==== Supplied entries ====

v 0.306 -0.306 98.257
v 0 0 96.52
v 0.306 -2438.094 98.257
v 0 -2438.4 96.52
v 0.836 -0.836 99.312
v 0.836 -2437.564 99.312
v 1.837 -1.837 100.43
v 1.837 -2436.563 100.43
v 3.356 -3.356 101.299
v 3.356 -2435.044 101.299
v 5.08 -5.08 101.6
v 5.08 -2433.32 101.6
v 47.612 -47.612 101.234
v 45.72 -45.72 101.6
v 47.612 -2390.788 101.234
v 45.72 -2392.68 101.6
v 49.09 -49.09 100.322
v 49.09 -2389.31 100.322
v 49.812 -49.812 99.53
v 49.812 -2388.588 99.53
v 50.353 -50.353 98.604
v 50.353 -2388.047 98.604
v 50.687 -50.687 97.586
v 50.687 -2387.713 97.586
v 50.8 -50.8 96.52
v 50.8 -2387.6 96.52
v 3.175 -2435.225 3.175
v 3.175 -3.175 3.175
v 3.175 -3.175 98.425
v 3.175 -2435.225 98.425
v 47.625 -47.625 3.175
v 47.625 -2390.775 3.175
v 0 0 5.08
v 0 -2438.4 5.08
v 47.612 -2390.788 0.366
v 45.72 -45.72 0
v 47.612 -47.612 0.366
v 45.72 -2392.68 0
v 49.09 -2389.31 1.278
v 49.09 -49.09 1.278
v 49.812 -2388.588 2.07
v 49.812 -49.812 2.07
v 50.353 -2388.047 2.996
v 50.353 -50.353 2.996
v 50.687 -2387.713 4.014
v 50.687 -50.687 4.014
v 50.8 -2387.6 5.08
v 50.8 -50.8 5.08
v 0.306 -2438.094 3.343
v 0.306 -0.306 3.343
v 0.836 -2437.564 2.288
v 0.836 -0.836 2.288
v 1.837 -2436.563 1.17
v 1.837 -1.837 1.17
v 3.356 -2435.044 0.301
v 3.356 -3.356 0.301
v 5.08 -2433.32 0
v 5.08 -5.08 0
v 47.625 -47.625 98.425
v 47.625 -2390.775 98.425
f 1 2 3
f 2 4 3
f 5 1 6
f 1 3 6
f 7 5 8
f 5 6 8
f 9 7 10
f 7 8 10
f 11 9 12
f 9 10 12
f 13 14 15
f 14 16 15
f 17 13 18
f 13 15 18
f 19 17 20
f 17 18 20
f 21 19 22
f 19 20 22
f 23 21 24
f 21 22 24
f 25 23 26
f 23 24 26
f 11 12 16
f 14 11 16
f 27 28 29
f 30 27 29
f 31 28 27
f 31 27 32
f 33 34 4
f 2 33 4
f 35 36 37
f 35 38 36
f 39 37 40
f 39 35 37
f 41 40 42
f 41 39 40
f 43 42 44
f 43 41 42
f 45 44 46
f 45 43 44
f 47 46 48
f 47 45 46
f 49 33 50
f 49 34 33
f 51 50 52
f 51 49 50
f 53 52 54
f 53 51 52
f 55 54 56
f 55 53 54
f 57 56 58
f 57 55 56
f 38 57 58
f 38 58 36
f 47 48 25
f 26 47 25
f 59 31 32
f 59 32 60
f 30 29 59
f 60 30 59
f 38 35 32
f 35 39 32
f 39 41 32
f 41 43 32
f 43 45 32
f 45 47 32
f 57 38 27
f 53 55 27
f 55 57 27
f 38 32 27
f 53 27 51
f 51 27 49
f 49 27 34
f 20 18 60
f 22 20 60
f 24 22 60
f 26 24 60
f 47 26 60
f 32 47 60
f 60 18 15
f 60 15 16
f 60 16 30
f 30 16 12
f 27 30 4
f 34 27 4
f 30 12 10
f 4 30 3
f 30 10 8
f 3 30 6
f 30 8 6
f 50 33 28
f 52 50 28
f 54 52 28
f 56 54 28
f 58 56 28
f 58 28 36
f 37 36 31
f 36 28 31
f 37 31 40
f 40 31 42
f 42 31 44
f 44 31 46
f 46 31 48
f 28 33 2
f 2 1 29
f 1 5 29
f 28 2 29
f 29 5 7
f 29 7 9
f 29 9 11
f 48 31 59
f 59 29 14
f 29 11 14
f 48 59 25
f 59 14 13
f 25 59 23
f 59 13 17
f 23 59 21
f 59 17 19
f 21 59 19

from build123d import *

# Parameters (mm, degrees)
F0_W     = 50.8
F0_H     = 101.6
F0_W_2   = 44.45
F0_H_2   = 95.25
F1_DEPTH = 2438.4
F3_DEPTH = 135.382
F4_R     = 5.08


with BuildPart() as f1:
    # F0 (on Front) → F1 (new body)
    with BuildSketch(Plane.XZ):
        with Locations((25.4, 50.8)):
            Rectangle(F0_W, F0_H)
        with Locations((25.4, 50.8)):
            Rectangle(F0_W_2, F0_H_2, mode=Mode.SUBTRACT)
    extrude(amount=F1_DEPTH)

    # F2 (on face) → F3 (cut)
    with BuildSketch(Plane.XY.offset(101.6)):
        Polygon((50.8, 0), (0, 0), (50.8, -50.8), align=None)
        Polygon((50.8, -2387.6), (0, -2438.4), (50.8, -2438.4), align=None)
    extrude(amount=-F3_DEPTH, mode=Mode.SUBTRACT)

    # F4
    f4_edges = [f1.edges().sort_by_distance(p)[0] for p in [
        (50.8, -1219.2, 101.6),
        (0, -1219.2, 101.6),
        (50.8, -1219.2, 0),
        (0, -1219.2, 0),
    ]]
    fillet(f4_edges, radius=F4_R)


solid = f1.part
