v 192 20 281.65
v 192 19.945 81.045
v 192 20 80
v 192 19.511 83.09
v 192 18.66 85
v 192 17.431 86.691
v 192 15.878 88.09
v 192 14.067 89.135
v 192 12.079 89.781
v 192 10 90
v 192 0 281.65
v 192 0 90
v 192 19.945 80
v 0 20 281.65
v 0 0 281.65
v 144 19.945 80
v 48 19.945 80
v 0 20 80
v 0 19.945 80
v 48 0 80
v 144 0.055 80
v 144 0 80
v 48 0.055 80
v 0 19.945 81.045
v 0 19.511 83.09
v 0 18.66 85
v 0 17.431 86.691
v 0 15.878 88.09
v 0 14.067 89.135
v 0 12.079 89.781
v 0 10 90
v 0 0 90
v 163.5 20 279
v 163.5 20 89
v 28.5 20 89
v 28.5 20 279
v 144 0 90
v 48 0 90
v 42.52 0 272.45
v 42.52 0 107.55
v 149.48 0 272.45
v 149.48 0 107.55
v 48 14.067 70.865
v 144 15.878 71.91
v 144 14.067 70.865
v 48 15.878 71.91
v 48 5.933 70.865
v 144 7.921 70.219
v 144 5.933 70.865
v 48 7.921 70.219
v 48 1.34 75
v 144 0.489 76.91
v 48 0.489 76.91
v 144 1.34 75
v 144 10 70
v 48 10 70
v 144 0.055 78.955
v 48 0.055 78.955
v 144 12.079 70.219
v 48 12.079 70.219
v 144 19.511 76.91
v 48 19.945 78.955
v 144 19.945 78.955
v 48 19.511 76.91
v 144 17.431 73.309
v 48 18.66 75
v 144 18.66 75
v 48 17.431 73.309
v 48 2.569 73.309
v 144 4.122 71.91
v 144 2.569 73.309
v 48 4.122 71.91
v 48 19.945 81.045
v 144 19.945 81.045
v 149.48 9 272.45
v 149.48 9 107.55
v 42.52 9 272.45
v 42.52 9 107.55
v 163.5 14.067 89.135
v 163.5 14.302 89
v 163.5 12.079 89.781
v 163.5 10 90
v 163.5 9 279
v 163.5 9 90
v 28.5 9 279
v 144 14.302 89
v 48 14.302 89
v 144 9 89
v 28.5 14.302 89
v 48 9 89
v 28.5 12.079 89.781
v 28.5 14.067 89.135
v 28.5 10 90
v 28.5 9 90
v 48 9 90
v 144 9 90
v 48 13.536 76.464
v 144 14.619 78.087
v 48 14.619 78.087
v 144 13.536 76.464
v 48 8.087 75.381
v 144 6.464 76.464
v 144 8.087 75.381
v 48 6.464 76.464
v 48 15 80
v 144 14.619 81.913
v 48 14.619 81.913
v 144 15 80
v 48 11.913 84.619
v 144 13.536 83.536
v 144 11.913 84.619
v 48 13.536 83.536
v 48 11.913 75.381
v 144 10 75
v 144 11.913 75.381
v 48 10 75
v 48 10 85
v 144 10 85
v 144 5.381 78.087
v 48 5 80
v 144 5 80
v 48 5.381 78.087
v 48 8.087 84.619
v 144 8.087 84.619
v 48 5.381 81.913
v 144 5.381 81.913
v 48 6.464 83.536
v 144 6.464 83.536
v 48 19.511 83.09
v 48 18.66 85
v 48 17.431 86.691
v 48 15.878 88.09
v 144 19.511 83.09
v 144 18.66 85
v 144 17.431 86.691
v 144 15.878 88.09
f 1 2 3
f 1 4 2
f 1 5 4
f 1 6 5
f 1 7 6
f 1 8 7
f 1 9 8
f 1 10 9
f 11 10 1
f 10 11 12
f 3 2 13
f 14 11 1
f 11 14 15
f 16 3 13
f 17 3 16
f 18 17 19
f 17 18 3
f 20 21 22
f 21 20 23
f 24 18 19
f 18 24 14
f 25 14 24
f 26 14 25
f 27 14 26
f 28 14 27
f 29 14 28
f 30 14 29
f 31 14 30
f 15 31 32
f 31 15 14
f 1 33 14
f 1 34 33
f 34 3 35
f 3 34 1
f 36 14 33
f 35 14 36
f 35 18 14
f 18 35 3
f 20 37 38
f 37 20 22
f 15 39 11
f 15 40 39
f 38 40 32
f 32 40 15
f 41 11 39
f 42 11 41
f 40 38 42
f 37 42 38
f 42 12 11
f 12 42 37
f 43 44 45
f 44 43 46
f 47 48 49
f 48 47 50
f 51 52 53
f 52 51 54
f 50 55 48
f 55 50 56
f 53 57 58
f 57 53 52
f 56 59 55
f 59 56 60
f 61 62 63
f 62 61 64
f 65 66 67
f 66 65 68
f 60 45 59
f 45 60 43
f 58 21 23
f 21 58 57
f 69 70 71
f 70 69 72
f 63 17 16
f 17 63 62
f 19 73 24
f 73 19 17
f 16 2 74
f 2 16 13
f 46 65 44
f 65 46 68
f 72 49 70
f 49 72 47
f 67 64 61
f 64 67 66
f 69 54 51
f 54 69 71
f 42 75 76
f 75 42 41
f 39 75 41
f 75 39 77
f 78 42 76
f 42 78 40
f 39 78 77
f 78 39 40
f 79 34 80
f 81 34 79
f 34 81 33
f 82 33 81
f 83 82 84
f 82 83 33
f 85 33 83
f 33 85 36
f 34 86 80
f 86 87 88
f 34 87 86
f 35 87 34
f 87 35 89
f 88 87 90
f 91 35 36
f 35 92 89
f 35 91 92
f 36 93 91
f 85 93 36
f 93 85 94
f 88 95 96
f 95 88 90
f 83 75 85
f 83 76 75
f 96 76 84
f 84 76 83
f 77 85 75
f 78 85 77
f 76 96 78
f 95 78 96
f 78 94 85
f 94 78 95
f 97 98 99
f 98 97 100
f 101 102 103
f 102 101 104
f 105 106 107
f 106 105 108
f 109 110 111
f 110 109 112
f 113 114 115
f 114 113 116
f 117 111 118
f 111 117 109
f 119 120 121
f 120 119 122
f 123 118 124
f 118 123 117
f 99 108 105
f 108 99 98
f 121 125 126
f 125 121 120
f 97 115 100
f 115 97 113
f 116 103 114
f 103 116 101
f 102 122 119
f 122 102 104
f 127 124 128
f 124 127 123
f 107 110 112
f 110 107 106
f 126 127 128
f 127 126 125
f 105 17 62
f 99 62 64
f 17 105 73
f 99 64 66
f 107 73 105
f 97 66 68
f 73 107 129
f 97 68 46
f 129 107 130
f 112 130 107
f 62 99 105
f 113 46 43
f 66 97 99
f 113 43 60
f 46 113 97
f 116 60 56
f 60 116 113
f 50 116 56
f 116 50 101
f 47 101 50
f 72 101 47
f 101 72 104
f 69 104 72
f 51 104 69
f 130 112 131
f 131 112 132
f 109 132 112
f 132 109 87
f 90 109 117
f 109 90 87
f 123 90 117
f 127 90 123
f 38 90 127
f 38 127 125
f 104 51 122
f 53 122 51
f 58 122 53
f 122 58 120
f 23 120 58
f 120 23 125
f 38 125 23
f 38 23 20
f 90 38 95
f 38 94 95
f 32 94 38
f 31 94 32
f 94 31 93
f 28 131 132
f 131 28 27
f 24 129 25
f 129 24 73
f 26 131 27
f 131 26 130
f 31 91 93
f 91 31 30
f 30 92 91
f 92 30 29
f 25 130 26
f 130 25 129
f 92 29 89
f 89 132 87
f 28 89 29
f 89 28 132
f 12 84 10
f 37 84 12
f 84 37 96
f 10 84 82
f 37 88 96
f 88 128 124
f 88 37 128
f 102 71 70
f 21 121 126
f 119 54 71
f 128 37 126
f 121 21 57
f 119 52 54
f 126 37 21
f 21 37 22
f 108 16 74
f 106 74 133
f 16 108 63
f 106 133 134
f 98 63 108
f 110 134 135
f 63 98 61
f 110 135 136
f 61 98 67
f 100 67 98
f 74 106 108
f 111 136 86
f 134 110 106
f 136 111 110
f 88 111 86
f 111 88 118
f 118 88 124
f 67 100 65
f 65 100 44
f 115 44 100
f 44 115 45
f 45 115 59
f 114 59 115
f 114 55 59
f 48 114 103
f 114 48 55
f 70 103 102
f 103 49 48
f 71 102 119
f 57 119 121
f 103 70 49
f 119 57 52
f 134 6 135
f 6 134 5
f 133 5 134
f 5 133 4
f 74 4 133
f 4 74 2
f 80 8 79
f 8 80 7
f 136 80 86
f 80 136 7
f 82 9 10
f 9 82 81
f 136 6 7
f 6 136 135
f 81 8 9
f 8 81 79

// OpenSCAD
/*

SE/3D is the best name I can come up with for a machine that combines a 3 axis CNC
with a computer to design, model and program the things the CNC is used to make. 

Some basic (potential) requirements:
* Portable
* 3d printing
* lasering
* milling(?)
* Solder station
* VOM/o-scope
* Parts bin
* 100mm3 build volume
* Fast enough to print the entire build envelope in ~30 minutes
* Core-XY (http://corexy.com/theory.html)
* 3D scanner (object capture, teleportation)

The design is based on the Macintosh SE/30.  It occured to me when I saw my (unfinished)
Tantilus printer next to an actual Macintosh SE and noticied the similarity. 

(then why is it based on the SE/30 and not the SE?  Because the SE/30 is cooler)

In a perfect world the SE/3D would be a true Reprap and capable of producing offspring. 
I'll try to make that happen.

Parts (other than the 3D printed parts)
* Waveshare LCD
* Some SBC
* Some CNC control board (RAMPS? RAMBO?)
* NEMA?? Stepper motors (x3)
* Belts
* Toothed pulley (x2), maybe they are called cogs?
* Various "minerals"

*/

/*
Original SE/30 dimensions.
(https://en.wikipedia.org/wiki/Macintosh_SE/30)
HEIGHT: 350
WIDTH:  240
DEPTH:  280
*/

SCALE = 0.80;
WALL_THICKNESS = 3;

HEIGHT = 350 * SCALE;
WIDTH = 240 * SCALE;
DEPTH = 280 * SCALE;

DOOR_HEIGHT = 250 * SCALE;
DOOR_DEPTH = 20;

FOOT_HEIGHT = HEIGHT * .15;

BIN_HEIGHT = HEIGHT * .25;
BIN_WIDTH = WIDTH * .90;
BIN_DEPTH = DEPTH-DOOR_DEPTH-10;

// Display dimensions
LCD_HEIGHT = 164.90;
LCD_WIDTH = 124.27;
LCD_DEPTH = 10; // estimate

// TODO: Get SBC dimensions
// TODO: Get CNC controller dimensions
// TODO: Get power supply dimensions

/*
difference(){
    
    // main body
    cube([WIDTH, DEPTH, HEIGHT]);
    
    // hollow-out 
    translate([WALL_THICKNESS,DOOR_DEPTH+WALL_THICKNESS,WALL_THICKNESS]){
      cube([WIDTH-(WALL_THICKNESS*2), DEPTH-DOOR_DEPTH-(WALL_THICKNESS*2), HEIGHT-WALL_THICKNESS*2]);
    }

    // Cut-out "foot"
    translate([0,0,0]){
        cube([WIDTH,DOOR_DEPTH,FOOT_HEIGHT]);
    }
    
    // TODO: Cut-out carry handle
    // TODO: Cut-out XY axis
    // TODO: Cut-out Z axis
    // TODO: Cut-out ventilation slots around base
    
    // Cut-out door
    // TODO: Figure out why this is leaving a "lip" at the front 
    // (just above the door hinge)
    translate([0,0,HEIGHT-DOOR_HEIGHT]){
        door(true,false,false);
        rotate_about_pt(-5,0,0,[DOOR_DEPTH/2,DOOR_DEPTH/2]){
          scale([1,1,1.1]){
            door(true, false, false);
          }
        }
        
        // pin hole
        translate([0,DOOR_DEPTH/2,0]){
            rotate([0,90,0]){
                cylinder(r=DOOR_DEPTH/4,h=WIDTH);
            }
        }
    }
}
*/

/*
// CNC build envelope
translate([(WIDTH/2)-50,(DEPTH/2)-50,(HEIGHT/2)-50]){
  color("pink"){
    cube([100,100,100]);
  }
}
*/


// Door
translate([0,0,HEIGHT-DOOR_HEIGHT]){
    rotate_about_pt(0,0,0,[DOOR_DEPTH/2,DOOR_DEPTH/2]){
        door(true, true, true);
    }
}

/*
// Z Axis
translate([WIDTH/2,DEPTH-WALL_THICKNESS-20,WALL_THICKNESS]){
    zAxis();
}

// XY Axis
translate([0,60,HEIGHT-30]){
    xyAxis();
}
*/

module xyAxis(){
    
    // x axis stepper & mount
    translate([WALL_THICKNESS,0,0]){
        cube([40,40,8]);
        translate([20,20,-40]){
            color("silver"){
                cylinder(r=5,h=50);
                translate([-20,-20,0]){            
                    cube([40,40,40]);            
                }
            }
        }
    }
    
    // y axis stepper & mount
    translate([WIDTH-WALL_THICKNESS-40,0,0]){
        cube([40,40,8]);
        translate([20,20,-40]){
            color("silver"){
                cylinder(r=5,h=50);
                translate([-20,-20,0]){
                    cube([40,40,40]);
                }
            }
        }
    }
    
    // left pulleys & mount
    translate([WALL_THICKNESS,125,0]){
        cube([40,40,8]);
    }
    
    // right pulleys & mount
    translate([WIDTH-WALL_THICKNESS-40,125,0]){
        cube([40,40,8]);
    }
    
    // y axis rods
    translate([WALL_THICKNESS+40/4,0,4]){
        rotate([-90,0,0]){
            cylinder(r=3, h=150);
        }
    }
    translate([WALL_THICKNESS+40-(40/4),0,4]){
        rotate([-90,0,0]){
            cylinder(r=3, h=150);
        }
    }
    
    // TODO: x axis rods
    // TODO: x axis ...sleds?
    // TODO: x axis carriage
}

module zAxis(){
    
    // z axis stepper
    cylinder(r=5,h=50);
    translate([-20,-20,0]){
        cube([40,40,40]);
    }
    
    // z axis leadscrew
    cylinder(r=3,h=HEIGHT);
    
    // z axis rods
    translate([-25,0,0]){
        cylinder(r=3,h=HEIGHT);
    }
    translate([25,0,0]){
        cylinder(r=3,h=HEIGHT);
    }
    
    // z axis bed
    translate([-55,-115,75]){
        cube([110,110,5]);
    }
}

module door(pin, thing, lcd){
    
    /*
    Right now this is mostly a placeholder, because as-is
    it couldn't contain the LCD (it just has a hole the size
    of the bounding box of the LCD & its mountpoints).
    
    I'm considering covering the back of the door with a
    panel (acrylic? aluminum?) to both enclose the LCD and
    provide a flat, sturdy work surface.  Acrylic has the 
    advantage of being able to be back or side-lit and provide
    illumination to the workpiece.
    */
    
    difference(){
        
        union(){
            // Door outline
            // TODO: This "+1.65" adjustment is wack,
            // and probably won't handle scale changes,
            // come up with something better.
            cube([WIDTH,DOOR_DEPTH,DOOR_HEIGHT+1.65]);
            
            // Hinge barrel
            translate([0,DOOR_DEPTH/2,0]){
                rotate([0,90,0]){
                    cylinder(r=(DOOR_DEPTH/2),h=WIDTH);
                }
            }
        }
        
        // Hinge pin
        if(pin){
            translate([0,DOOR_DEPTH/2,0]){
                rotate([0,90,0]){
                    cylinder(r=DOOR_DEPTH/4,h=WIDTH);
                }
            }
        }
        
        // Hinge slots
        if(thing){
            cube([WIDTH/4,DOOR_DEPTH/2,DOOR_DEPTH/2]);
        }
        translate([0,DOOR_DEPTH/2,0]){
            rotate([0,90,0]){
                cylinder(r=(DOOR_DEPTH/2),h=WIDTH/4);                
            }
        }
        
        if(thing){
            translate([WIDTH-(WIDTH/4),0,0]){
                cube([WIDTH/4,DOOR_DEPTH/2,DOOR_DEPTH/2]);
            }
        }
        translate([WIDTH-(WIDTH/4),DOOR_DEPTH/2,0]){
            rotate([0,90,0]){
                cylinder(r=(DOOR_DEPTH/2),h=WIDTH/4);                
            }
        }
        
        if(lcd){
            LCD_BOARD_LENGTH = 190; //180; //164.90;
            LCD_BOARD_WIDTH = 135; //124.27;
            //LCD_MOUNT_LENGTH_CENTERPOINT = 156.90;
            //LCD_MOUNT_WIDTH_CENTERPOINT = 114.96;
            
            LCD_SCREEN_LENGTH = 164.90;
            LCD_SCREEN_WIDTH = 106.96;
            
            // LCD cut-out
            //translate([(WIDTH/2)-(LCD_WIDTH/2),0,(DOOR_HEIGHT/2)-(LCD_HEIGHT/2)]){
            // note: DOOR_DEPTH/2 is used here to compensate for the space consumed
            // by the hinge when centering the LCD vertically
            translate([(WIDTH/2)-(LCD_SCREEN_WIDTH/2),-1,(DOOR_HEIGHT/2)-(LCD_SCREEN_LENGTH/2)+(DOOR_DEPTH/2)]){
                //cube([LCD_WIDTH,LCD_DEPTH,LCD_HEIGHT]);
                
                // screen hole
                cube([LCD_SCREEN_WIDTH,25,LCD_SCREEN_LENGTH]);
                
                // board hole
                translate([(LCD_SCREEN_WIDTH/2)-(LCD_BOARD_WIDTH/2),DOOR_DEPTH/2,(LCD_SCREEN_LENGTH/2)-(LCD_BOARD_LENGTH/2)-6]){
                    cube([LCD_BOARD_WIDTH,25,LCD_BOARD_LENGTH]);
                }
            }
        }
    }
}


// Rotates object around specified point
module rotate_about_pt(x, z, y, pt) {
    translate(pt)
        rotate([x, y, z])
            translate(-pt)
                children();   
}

====

**What needs to be done:**
An exact copy of the lines above, from the one containing "v 49.09 -2389.31 1.278" down to the one containing "v 5.08 -5.08 0" and including both, is the whole answer; retype it and nothing else.

**Output of the task:**
v 49.09 -2389.31 1.278
v 49.09 -49.09 1.278
v 49.812 -2388.588 2.07
v 49.812 -49.812 2.07
v 50.353 -2388.047 2.996
v 50.353 -50.353 2.996
v 50.687 -2387.713 4.014
v 50.687 -50.687 4.014
v 50.8 -2387.6 5.08
v 50.8 -50.8 5.08
v 0.306 -2438.094 3.343
v 0.306 -0.306 3.343
v 0.836 -2437.564 2.288
v 0.836 -0.836 2.288
v 1.837 -2436.563 1.17
v 1.837 -1.837 1.17
v 3.356 -2435.044 0.301
v 3.356 -3.356 0.301
v 5.08 -2433.32 0
v 5.08 -5.08 0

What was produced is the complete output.